West St. zoning changes proposed

A spate of building has Annapolis leaders considering extra guidelines for development.

September 16, 2005|By Bradley Olson | Bradley Olson,SUN STAFF

With new office buildings and condominiums going up at what was once a blighted area, Annapolis planners are seeking to protect existing buildings and limit the height and size of new ones along lower West Street.

New guidelines, recommended by city officials with input from a task force of residents, businesses and property owners, have renewed a debate over how to manage development in the fast-growing corridor.

The rules would cover West Street from Church Circle to West Gate Circle, at Spa Road.

Mike Miron, economic development coordinator for the city, said the current zoning for the mixed-use district, drawn up in the mid-1980s to spur development in the area, was working.

But he added, "Residents felt they wanted to put the brakes on somewhat because of commercial development along the corridor, so the mayor convened a committee of residents and business owners that has made these recommendations."

The changes, to be discussed in a public meeting Sept. 26, would restrict the height and size of new buildings; limit the distribution of liquor licenses that are effective until 2 a.m.; and regulate building demolition.

Consideration of the changes comes as two major projects begin to take shape at West Street and Spa Road: a headquarters for Severn Savings Bank and the $200 million Park Place development, which will include a Westin Hotel, offices, condominiums and shops.

The new rules vary by location in the district. The changes would not apply to existing structures or developments proposed as of the ordinance's passage.

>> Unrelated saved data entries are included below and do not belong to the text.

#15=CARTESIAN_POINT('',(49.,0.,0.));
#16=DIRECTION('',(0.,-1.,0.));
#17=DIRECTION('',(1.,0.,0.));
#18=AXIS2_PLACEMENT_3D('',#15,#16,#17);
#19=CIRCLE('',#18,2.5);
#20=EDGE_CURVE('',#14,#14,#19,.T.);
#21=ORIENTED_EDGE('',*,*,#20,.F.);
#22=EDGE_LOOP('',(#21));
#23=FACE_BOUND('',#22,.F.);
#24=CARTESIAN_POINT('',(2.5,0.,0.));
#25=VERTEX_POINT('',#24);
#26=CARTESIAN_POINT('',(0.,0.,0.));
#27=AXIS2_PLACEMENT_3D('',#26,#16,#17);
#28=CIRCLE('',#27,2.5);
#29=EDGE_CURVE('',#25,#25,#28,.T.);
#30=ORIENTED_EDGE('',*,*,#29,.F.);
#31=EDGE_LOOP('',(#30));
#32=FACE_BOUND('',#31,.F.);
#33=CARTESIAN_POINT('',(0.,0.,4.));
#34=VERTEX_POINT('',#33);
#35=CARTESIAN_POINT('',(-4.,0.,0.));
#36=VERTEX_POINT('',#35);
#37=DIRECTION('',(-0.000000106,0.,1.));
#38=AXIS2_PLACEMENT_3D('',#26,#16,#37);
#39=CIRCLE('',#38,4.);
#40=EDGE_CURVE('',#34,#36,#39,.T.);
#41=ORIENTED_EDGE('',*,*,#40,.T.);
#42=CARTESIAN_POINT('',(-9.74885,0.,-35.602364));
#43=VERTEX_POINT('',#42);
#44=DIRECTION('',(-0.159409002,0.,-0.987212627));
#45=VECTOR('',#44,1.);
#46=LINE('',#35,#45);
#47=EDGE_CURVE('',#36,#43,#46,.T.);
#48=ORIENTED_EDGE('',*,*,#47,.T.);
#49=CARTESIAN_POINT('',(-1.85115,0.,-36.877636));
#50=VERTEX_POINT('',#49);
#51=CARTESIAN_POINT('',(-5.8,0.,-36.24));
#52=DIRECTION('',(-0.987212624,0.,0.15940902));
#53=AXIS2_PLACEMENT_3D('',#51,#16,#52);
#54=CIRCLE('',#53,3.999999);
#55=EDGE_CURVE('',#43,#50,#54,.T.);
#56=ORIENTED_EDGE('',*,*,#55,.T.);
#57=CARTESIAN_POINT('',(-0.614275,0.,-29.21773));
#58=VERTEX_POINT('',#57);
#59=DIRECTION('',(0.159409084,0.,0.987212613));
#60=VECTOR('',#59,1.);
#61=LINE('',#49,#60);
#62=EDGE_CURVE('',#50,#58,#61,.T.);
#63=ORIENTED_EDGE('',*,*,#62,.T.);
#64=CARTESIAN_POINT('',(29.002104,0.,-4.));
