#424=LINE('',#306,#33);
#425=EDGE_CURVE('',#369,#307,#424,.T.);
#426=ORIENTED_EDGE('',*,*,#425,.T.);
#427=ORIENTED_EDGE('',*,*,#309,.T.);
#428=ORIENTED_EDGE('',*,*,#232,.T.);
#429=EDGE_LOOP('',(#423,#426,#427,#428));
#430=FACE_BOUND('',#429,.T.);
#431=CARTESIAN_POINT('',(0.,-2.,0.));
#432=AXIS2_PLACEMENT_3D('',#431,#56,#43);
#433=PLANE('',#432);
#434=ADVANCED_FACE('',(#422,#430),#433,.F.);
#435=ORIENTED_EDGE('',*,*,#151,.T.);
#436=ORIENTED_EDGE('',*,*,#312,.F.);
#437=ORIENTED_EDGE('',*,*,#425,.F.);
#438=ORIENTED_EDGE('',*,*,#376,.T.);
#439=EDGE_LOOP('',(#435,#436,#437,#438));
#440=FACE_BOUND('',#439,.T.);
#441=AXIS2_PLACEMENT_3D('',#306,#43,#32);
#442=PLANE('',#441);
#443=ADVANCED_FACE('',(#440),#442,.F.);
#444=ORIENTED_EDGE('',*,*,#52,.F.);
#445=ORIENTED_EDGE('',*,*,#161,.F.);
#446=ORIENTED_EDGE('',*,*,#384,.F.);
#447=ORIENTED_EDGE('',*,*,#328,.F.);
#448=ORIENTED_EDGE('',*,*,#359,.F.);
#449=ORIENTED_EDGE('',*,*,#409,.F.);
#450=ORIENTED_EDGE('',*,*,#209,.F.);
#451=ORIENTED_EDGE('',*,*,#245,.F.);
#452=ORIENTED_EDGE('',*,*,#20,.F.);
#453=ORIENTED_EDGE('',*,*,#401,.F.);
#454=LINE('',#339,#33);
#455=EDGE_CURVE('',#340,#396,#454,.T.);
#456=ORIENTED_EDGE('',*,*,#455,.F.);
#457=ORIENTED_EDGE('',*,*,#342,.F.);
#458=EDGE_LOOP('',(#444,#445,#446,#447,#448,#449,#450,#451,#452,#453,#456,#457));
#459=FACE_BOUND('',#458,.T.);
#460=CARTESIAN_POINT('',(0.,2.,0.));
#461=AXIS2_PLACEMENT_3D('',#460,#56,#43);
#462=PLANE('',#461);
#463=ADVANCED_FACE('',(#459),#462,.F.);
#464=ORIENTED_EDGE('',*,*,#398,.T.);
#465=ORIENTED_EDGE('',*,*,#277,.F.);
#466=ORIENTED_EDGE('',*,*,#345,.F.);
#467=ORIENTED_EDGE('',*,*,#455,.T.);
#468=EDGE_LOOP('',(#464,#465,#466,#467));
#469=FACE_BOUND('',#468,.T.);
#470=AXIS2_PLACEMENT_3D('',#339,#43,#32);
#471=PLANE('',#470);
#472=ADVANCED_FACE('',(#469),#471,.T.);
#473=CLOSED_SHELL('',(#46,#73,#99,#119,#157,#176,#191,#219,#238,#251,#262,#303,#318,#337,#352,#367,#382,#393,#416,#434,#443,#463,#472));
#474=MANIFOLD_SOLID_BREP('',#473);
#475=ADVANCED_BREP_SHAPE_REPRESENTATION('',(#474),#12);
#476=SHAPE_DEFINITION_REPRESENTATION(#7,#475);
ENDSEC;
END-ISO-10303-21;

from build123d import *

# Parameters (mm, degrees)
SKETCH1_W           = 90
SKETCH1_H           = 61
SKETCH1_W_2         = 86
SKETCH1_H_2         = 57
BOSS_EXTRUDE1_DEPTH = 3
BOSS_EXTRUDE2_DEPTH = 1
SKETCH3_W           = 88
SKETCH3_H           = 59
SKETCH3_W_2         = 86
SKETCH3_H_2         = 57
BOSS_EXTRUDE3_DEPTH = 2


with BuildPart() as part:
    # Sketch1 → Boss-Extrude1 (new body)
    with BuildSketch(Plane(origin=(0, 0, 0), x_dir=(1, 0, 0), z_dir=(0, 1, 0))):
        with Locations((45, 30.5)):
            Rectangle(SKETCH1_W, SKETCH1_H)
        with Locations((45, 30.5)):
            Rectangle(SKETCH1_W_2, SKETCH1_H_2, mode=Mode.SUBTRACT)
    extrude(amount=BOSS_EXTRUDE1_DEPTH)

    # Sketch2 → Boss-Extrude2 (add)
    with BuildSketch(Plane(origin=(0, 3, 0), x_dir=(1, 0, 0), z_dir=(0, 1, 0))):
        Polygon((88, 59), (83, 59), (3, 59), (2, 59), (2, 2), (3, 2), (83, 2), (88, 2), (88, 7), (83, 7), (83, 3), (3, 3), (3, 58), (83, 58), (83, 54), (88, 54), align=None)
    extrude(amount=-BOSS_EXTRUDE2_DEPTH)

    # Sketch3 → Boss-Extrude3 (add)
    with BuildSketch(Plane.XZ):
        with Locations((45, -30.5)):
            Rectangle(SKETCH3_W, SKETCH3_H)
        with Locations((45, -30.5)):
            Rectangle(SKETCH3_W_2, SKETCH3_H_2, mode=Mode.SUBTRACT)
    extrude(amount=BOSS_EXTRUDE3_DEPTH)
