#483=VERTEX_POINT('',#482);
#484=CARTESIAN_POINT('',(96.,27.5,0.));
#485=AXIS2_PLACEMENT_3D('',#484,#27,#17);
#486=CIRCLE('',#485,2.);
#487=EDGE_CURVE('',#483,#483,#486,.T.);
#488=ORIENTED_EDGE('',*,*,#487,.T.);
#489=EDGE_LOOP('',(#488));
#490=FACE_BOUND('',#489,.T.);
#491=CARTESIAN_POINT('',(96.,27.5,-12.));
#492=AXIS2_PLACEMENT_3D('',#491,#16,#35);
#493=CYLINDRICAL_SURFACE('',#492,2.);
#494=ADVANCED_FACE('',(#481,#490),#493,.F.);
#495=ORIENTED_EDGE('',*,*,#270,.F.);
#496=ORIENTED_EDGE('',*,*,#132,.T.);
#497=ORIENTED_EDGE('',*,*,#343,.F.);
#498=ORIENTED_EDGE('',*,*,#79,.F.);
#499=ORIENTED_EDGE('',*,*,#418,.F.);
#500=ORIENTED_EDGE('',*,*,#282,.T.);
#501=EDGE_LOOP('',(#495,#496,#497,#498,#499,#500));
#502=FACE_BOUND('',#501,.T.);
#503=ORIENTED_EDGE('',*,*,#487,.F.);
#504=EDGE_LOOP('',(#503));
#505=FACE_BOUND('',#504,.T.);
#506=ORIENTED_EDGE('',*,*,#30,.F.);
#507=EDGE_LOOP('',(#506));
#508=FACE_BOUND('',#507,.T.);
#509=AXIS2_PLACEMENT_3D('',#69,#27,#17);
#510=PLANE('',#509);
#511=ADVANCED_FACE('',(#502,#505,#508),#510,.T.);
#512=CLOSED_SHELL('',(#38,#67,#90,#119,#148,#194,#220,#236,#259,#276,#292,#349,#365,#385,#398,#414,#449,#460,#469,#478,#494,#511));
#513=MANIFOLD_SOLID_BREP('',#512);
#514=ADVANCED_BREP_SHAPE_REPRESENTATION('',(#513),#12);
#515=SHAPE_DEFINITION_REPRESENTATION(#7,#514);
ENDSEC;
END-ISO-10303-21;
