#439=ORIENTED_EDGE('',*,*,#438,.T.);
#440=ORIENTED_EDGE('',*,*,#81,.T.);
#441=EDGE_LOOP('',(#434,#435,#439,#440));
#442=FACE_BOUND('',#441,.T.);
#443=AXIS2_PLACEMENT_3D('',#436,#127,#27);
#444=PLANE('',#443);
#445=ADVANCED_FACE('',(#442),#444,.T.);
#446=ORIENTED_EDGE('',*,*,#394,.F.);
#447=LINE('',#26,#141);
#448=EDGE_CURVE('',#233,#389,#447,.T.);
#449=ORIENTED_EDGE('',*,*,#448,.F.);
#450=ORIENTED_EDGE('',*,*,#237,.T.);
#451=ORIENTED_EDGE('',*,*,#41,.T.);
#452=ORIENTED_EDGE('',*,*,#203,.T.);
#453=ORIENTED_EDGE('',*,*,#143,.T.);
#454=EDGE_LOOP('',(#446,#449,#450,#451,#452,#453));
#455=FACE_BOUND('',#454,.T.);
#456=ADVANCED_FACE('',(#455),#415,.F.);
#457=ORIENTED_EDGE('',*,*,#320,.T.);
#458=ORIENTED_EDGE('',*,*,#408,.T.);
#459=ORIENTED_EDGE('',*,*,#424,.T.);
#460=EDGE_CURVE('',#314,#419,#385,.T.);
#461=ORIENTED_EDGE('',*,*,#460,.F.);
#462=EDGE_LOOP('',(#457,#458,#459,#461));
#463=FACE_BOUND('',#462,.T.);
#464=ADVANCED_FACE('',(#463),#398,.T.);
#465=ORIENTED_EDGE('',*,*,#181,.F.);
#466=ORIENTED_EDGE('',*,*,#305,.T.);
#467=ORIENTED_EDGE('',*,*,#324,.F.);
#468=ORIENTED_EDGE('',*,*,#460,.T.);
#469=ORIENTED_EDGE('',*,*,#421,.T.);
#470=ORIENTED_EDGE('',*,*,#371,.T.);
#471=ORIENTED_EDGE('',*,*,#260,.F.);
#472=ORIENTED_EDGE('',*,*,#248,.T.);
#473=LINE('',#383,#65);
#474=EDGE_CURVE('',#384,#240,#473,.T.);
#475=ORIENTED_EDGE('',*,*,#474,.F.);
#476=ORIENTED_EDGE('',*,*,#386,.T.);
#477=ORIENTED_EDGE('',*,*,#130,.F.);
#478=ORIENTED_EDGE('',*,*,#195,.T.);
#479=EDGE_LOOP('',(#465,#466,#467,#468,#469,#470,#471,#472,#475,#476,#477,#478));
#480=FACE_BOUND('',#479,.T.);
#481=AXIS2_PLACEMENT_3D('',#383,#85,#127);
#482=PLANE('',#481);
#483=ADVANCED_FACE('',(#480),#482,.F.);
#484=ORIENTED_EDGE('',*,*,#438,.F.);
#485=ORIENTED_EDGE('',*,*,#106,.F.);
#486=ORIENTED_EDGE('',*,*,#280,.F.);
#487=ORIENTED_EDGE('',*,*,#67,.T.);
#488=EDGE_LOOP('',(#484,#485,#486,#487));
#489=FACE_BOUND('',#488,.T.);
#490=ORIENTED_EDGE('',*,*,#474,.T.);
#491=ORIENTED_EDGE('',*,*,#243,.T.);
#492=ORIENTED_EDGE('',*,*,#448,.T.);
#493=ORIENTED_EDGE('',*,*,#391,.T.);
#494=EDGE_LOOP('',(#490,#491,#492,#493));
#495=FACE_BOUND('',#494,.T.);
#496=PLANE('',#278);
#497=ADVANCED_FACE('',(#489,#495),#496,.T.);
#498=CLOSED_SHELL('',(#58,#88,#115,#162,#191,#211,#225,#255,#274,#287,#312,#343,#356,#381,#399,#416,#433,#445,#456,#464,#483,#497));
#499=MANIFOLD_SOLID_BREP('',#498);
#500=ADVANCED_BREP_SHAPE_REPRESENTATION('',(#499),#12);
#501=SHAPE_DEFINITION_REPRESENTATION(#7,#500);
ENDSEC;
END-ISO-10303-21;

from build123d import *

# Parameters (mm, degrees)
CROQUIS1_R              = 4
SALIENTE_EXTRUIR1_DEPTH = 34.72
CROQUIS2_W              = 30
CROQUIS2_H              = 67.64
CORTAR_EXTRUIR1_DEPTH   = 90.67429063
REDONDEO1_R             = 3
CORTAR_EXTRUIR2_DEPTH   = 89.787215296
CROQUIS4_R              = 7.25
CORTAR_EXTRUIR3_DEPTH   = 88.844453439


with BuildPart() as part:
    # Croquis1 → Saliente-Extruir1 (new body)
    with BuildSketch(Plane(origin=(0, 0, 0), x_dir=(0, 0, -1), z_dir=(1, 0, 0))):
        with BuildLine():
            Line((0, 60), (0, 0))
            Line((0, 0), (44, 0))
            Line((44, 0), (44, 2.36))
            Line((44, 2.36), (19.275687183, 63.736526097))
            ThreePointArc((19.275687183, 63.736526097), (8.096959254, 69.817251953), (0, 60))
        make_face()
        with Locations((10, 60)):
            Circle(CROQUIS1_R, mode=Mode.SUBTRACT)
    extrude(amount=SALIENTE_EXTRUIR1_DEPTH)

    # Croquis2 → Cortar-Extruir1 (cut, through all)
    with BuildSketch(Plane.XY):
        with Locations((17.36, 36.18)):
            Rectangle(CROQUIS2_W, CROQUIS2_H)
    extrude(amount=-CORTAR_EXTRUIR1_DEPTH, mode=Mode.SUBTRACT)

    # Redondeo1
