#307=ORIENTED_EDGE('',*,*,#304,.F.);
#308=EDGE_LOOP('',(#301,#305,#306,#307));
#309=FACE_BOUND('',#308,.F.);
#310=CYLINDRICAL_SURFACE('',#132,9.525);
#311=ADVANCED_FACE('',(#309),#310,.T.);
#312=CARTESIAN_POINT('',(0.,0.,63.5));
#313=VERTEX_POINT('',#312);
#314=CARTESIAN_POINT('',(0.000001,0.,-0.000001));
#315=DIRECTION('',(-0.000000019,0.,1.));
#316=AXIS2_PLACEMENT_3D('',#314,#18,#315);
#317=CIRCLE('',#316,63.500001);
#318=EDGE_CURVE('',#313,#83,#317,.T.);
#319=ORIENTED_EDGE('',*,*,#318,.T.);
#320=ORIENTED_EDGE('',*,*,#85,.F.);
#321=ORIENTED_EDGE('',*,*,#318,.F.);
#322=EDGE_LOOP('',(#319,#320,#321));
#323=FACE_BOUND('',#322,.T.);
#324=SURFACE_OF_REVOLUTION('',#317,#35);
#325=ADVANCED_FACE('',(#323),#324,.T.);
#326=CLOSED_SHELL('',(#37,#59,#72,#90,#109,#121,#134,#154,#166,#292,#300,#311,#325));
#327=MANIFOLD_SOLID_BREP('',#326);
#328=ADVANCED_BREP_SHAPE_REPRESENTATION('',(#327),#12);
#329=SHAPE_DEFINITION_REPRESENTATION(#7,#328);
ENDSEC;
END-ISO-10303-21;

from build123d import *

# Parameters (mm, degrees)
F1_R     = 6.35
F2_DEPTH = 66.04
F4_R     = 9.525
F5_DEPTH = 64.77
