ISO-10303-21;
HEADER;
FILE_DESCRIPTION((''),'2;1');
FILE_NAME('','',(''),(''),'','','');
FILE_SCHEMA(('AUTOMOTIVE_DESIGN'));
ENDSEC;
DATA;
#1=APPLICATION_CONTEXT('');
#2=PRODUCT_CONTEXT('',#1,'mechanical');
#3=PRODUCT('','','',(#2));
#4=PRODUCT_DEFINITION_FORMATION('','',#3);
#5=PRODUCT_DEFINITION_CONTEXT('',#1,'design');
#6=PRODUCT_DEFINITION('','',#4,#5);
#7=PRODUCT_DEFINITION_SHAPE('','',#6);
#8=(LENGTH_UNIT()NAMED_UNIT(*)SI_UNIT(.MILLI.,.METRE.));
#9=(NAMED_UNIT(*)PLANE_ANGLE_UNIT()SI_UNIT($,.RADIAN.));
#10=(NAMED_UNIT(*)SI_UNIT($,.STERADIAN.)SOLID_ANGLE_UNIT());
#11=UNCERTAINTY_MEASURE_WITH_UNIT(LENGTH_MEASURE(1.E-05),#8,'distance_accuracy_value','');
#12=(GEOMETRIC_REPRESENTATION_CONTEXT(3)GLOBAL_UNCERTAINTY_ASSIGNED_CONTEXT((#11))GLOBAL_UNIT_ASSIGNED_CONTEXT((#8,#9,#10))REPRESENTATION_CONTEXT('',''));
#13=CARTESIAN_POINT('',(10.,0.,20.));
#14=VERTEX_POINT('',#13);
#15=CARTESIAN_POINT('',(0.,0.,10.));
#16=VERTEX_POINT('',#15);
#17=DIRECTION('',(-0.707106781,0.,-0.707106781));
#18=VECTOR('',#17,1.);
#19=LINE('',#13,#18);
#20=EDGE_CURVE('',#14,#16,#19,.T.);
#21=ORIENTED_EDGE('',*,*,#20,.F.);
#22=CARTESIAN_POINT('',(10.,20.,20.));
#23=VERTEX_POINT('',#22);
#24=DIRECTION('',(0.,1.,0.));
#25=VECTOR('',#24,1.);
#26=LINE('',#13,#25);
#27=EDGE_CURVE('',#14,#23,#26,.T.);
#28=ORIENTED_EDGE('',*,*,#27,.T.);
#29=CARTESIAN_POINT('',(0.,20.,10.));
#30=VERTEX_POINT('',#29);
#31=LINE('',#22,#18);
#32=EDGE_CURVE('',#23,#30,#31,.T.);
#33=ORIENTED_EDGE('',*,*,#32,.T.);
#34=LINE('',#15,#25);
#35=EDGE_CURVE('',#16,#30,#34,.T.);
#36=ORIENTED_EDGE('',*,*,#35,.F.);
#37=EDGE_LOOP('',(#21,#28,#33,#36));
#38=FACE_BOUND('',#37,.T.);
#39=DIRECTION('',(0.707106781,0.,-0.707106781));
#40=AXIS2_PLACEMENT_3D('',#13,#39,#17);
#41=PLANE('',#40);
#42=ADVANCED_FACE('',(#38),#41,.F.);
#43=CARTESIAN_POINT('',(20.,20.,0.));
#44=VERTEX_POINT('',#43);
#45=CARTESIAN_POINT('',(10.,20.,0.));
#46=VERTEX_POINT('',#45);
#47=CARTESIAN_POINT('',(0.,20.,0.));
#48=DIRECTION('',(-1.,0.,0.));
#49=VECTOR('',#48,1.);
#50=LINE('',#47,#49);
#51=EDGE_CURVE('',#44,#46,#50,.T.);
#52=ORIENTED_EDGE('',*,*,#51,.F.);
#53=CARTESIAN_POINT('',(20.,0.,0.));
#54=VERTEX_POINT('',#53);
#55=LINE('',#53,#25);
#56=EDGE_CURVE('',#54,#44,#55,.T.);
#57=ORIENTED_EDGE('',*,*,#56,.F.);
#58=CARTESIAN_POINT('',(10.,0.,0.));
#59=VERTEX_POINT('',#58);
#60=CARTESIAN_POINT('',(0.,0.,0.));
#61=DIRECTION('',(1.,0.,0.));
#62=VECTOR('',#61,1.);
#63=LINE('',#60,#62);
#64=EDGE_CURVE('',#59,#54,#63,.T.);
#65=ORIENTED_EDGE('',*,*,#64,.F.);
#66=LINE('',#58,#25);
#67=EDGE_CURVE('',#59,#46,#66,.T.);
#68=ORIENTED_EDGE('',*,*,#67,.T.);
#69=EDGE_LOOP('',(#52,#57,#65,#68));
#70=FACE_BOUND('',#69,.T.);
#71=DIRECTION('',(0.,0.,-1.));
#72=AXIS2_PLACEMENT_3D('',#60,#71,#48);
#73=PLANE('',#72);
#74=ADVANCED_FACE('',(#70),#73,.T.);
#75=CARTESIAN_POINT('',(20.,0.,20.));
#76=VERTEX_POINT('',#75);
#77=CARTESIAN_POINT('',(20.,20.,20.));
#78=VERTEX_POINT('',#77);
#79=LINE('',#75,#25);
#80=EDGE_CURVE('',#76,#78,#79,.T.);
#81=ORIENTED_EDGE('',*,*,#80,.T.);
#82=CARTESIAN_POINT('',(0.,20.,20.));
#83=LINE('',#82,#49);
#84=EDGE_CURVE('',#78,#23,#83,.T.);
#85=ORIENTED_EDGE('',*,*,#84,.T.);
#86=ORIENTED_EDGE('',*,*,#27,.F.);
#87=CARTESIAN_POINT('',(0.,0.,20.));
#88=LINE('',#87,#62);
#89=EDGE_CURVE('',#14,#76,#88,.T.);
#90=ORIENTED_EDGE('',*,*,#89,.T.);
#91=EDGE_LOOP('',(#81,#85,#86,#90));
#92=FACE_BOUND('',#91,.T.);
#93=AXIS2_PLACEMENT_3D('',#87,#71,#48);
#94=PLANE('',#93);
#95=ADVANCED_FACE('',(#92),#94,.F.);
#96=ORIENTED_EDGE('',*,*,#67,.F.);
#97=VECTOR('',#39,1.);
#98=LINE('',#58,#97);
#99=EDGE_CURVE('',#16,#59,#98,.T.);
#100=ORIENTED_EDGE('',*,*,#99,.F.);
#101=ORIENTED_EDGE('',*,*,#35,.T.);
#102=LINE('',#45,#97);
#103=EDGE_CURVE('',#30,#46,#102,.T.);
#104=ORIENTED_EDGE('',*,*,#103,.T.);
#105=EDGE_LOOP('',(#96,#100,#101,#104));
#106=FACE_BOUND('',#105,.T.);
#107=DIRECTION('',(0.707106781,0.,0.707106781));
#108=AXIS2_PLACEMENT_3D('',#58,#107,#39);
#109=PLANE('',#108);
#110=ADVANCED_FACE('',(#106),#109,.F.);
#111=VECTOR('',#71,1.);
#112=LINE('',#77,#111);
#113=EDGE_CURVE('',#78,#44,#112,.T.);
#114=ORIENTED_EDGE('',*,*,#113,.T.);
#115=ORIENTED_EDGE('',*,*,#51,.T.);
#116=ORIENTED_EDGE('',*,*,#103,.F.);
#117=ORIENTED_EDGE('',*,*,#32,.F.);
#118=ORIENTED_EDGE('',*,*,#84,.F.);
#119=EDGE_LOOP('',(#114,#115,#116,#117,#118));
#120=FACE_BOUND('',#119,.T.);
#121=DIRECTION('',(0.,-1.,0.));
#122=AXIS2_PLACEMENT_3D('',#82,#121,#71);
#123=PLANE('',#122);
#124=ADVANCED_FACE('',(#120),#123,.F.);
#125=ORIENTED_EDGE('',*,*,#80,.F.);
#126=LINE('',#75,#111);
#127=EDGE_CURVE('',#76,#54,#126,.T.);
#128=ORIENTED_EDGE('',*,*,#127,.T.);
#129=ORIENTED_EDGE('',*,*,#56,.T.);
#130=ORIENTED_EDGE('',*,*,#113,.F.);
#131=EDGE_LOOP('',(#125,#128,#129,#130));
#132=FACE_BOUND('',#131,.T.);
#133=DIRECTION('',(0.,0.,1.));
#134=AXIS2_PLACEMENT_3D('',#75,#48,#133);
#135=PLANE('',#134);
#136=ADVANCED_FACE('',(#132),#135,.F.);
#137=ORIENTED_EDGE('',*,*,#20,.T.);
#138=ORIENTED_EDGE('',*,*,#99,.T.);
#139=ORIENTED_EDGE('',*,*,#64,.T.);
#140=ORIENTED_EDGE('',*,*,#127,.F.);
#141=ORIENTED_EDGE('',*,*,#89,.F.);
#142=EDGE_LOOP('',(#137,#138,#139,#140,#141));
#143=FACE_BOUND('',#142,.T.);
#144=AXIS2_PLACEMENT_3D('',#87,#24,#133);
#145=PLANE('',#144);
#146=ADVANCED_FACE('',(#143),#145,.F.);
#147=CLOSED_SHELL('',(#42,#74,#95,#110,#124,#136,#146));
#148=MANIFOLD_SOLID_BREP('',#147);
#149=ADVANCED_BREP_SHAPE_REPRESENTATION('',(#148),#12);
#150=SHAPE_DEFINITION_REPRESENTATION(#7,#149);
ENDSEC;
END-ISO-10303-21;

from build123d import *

# Parameters (mm, degrees)
SKETCH1_W           = 20
SKETCH1_H           = 20
BOSS_EXTRUDE1_DEPTH = 20
CUT_EXTRUDE1_DEPTH  = 20
CUT_EXTRUDE2_DEPTH  = 20


with BuildPart() as part:
    # Sketch1 → Boss-Extrude1 (new body)
    with BuildSketch(Plane.XY):
        with Locations((10, 10)):
            Rectangle(SKETCH1_W, SKETCH1_H)
    extrude(amount=BOSS_EXTRUDE1_DEPTH)

    # Sketch2 → Cut-Extrude1 (cut)
    with BuildSketch(Plane(origin=(0, 20, 0), x_dir=(1, 0, 0), z_dir=(0, 1, 0))):
        Polygon((0, 0), (10, 0), (0, -10), align=None)
    extrude(amount=-CUT_EXTRUDE1_DEPTH, mode=Mode.SUBTRACT)

    # Sketch3 → Cut-Extrude2 (cut)
    with BuildSketch(Plane(origin=(0, 20, 0), x_dir=(1, 0, 0), z_dir=(0, 1, 0))):
        Polygon((0, -10), (0, -20), (10, -20), align=None)
    extrude(amount=-CUT_EXTRUDE2_DEPTH, mode=Mode.SUBTRACT)


solid = part.part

Among the recommendations:

Maximum building heights would be reduced, ranging from 24 feet to 65 feet. To reach maximum height, developers would need special permission and upper floors would have to be farther back from the street.

Much-coveted 2 a.m. liquor licenses would be available only to restaurants in the area closest to West Gate Circle, although bars that already have the licenses would be allowed to keep them.

The Annapolis Department of Planning and Zoning would have the authority to approve or deny the demolition of any structure within the district. Anyone seeking demolition must post a sign on the property notifying the public of a proposed demolition and when a decision is to be made about the proposal.

All projects that would front West Street and that are proposed after the new rules are adopted must have a retail outlet on the first floor.

Planned residential communities must provide 1 1/2 spaces of parking per unit of housing in zoned parking.

In a May newsletter, Denise Worthen, president of the Murray Hill Residents Association, said the new restrictions would balance development and residential needs.

"West Street is the gateway to our community," Worthen wrote. "If large buildings with large parking and transportation demands continue to be built on the narrow West Street corridor, we all will suffer. ... Not only will we find it increasingly difficult to get into and out of the community, but the traffic and parking pressure on West Street will seek the only outlet at hand - our neighborhood streets."

Phil Dunn, who owns properties in the district and sat on the committee that drafted the changes, said he didn't believe the changes were necessary.

"If it ain't broke, don't fix it," Dunn said. "The sites that remain [undeveloped] are very small and not very deep," Dunn said. "The [mixed-use] district in most places is only half a block deep, so there is very little development opportunity left."

Miron agreed, saying market forces have already limited development because property owners are choosing to turn proposed commercial sites into residential and retail locales.

The city spent $13 million to upgrade lower West Street by adding red brick sidewalks and replacing utility lines.

That investment, combined with what some have deemed "liberal" zoning restrictions, have spawned developments.

Recently, the city approved a building permit for Park Place that will include a seven-story, 208-unit condominium building, a 225-room hotel and several other offices and shops. The city recently opened its Knighton city parking garage, adjacent to West Village.

Farther down West Street, construction is under way on projects such as the Westbridge Village condominiums at Chinquapin Round Road.